Whether it was the three passes that went for longer than 40 yards (He passed for a 45-yard TD bomb to get LRCA on the scoreboard in the first quarter, or the 7-yard run in which he looked like Allen Iverson changing pace on a befuddled PA defender, the entire MVP performance was one that everyone in attendance will remember.
Make no mistake, this was a team win.
The Warriors defense led by Jack Mabry, who scored on an interception return and who also impacted the game with a 41-yard-per punt average, was aggressive and frustrated PA and its star quarterback Braden Bratcher, who was among top passing yardage leaders in the country.
However, the effort was obviously aided by Hill, and he undoubtedly deserved MVP honors. He proved his presence in the lineup was worth a 32-point difference from the previous meeting. He proved he is the best high school football player in the state. That became clear when he was awarded the Arkansas Gatorade Player of the Year award Thursday.
Hill, who also played defensive back in obvious passing situations in the title game, also made a case to be considered one of the top two-sport athletes in Arkansas prep history. He has a handful of Division I football offers, including Auburn, even though football schools knew he was committed to basketball and Arkansas.
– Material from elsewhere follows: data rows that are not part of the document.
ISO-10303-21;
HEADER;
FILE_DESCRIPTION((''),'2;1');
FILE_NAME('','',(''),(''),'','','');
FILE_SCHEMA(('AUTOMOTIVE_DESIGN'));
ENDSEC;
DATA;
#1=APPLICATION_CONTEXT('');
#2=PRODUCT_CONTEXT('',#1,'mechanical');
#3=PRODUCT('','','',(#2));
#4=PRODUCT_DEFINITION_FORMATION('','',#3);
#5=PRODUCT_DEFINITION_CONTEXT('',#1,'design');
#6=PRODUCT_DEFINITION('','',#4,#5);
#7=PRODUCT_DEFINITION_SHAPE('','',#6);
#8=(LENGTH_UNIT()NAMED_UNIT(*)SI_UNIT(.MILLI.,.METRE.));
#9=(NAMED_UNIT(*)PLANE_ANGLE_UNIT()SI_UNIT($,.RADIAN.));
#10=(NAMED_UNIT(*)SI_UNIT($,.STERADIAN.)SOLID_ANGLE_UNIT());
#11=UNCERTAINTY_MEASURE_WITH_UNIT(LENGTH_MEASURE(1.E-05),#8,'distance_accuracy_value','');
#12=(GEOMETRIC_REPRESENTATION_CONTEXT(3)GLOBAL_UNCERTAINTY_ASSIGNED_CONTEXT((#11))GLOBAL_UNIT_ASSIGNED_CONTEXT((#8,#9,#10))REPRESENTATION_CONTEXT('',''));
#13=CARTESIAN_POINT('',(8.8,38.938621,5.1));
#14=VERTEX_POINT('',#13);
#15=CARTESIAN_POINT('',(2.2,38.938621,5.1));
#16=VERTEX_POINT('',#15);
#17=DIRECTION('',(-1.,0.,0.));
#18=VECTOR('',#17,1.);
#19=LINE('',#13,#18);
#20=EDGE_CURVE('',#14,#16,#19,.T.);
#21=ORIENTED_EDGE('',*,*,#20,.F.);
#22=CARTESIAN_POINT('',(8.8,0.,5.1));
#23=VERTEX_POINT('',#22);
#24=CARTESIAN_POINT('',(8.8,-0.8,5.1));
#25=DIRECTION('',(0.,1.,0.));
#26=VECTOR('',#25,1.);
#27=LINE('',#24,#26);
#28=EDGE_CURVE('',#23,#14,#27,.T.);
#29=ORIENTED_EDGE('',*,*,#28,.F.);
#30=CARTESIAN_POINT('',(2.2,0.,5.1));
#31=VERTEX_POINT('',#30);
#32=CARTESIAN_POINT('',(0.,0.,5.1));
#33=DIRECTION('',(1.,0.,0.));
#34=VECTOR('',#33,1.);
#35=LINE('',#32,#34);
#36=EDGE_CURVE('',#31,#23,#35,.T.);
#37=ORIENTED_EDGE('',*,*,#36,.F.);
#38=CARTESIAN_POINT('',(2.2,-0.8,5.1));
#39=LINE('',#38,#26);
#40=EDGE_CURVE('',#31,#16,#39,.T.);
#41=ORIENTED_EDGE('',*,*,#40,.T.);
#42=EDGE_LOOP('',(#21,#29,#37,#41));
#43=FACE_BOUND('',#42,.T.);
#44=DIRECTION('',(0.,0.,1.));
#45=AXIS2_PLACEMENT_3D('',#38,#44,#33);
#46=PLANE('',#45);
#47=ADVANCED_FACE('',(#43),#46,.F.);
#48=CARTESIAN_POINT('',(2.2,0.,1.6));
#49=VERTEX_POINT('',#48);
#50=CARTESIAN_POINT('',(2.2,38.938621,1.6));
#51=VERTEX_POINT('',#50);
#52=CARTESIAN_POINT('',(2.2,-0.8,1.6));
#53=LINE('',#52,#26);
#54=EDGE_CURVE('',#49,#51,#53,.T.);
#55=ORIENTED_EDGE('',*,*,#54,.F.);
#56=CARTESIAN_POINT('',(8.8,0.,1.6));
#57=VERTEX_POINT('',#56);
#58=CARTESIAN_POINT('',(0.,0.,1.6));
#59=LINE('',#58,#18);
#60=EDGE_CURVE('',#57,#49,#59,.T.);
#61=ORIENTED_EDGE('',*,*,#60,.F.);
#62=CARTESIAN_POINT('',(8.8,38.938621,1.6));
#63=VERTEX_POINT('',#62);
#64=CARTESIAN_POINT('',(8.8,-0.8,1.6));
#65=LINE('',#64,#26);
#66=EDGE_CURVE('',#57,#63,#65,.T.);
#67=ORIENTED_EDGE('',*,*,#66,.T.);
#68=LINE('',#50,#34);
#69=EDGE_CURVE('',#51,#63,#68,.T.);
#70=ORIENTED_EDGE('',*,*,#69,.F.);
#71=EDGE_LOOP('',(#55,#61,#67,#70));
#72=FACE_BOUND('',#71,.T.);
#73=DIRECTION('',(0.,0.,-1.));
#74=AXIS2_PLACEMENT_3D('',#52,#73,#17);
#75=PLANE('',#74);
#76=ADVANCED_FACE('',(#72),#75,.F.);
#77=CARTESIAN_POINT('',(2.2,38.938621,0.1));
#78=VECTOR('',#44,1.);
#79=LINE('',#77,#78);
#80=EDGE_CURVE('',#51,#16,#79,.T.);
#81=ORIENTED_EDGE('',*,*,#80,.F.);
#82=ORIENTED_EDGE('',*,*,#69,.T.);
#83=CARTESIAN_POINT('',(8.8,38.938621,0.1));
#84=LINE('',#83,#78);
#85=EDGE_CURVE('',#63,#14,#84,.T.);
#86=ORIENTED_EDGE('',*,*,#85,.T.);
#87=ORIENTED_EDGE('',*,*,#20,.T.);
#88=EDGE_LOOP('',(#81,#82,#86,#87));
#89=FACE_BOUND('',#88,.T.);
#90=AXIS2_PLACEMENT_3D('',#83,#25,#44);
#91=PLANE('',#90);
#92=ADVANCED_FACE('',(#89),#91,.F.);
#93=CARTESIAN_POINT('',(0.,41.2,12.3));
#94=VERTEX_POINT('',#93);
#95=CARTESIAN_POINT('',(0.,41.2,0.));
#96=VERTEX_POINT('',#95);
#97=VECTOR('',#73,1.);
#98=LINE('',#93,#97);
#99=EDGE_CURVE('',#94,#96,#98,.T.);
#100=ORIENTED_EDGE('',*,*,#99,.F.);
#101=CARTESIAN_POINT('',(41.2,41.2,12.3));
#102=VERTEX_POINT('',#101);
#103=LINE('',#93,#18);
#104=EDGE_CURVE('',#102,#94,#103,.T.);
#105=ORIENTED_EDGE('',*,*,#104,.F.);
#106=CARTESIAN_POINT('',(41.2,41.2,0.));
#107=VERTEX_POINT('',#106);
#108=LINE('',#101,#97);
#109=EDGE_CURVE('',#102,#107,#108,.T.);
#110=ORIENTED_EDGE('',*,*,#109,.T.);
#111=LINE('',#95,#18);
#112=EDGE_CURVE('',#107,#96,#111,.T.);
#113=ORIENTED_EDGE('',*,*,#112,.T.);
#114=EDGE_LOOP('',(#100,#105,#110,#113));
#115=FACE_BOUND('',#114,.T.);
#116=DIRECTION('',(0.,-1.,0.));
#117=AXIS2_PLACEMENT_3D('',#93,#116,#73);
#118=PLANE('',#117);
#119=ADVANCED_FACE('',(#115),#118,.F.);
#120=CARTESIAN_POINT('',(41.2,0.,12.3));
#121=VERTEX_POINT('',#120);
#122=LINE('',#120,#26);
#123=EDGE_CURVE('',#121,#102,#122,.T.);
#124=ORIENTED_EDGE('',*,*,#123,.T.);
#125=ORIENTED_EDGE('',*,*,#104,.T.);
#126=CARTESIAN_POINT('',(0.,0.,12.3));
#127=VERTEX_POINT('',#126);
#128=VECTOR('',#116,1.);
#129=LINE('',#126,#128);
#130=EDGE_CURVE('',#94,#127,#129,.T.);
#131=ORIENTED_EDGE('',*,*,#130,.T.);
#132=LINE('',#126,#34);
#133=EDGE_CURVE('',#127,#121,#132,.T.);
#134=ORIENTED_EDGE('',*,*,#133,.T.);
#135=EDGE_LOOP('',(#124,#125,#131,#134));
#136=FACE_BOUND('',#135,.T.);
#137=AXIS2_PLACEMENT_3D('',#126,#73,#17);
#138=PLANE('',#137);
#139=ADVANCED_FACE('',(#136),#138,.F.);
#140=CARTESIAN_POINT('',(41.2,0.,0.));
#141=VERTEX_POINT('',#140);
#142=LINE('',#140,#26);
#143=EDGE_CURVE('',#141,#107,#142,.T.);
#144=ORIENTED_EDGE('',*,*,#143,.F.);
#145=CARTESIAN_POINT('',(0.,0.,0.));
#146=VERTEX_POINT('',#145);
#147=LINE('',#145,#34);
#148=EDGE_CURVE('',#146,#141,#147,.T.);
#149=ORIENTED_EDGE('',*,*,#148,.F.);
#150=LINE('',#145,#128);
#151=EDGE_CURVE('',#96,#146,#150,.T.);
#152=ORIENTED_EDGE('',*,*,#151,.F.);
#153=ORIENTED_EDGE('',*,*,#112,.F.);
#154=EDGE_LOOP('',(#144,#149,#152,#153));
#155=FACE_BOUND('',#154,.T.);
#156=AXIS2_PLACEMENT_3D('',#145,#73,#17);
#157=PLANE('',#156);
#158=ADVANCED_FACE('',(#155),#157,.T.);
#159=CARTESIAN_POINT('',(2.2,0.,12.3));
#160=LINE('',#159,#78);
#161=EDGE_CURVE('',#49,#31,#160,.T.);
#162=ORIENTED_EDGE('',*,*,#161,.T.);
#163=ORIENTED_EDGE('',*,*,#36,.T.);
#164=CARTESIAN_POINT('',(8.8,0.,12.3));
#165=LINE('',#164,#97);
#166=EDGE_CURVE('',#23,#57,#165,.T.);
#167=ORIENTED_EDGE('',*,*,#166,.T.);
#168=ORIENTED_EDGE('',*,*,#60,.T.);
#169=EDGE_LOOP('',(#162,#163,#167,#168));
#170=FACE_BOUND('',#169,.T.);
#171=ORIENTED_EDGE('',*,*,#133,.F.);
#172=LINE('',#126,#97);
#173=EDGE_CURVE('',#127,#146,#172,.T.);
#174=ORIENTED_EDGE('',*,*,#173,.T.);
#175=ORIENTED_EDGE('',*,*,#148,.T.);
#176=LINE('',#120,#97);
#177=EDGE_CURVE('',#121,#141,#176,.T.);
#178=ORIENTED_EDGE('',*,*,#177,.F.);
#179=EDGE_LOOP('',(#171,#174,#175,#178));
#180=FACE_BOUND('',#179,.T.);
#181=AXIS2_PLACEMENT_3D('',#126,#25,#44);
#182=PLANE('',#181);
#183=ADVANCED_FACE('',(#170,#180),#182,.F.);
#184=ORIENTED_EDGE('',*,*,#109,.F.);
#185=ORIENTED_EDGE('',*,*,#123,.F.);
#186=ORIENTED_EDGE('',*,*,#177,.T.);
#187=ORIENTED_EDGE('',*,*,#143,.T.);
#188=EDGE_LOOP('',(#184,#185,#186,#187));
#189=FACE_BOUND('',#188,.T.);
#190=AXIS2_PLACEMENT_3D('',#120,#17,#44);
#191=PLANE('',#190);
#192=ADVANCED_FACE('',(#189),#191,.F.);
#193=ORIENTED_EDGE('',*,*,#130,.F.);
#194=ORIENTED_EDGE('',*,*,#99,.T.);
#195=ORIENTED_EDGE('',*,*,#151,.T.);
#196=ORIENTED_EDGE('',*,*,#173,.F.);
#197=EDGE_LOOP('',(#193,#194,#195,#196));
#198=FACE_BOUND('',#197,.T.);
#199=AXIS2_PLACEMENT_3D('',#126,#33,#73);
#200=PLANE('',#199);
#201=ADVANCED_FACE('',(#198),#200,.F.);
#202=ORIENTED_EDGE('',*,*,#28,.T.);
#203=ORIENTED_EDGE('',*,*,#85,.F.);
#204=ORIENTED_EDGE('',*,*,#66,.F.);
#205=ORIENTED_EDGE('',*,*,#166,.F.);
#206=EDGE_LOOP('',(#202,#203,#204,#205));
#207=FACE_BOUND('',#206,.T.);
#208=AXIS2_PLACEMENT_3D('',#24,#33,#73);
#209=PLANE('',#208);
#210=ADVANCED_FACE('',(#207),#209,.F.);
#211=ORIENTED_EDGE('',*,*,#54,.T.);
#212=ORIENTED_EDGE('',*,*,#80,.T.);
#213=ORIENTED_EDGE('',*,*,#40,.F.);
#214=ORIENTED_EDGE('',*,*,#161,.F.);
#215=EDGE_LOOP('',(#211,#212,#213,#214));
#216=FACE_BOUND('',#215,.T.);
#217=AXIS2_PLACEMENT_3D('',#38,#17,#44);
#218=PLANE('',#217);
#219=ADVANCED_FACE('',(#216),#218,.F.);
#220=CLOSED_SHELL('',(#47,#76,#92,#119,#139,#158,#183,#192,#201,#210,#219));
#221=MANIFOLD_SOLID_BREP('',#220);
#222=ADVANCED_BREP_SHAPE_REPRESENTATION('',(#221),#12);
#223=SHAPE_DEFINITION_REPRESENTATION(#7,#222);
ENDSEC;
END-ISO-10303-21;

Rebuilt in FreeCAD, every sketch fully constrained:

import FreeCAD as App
import Part
import Sketcher

V = App.Vector


def add_polygon(sketch, points):
    """Adds a closed chain of lines whose ends are joined by coincident constraints."""
    first, n = sketch.GeometryCount, len(points)
    for a, b in zip(points, points[1:] + points[:1]):
        sketch.addGeometry(Part.LineSegment(App.Vector(*a, 0), App.Vector(*b, 0)), False)
    for i in range(n):
        sketch.addConstraint(Sketcher.Constraint("Coincident", first + i, 2, first + (i + 1) % n, 1))

doc = App.newDocument("Part")
body = doc.addObject("PartDesign::Body", "Body")

# Sketch on XY plane
sketch1 = body.newObject("Sketcher::SketchObject", "Sketch")
sketch1.AttachmentSupport = (doc.getObject("XY_Plane"), [""])
sketch1.MapMode = "FlatFace"
add_polygon(sketch1, [(0, 41), (0, 0), (41, 0), (41, 41)])  # lines 0-3
sketch1.addConstraint([
    Sketcher.Constraint("Vertical", 0),
    Sketcher.Constraint("Horizontal", 1),
    Sketcher.Constraint("Vertical", 2),
    Sketcher.Constraint("Horizontal", 3),
    Sketcher.Constraint("Coincident", 0, 2, -1, 1),
    Sketcher.Constraint("Equal", 3, 0),
    Sketcher.Constraint("DistanceX", 1, 1, 1, 2, 41.2),
])
pad1 = body.newObject("PartDesign::Pad", "Pad")
pad1.Profile = sketch1
pad1.Length = 12.3

# Sketch on XZ plane
sketch2 = body.newObject("Sketcher::SketchObject", "Sketch001")
sketch2.AttachmentSupport = (doc.getObject("XZ_Plane"), [""])
sketch2.MapMode = "FlatFace"
sketch2.AttachmentOffset = App.Placement(V(0, 0, -41.2), App.Rotation())
add_polygon(sketch2, [(2.2, 1.6), (2.2, 5.1), (8.8, 5.1), (8.8, 1.6)])  # lines 0-3
sketch2.addConstraint([
    Sketcher.Constraint("Vertical", 0),
    Sketcher.Constraint("Horizontal", 1),
    Sketcher.Constraint("Vertical", 2),
    Sketcher.Constraint("Horizontal", 3),
    Sketcher.Constraint("DistanceX", 1, 1, 1, 2, 6.6),
    Sketcher.Constraint("DistanceY", 0, 1, 0, 2, 3.5),
    Sketcher.Constraint("DistanceX", -1, 1, 0, 2, 2.2),
    Sketcher.Constraint("DistanceY", -1, 1, 0, 2, 5.1),
])
pocket1 = body.newObject("PartDesign::Pocket", "Pocket")
pocket1.Profile = sketch2
pocket1.Length = 42
pocket1.Reversed = True

# Sketch on XY plane
sketch3 = body.newObject("Sketcher::SketchObject", "Sketch002")
sketch3.AttachmentSupport = (doc.getObject("XY_Plane"), [""])
sketch3.MapMode = "FlatFace"
sketch3.AttachmentOffset = App.Placement(V(0, 0, 5.1), App.Rotation())
add_polygon(sketch3, [(8.8, 41.2), (8.8, 38.9), (2.2, 38.9), (2.2, 41.2)])  # lines 0-3
sketch3.addConstraint([
    Sketcher.Constraint("Vertical", 0),
    Sketcher.Constraint("Horizontal", 1),
    Sketcher.Constraint("Vertical", 2),
    Sketcher.Constraint("Horizontal", 3),
    Sketcher.Constraint("DistanceX", 1, 2, 1, 1, 6.6),
    Sketcher.Constraint("DistanceX", -1, 1, 0, 2, 8.8),
    Sketcher.Constraint("DistanceY", -1, 1, 2, 2, 41.2),
    Sketcher.Constraint("DistanceY", 0, 2, 0, 1, 2.261379),
])
pad2 = body.newObject("PartDesign::Pad", "Pad001")
pad2.Profile = sketch3
pad2.Length = 5
pad2.Reversed = True

doc.recompute()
Only a handful of former Arkansas prep players can say that.
The gold standard in my time here was Matt Jones, who played multiple football positions in high school, and was a three-year standout in basketball at Van Buren and later Fort Smith Northside.
Jones was definitely a Division I basketball prospect, even though he was more committed to football and then later played both sports at Arkansas.
There are some that speculate Hill will do the same.
For now, he is committed to basketball and will do the unprecedented and enroll early in the January semester and join the Hogs basketball team as a redshirt. Hill was a very coveted point guard recruit and built a national reputation on the AAU circuit.
This football season, though, maybe pulls his gridiron impact closer to even with his basketball prowess. It could make Hogs fans wonder how his dual-threat talents would do in the new coach Chard Morris’ “hammer down” scheme.
Time will tell what chapter Hill writes on The Hill.
What we know for sure, is he ended his prep sports career with a splash that now puts his name on a short list of sueprastar athletes who turned in memorable performances on a big stage.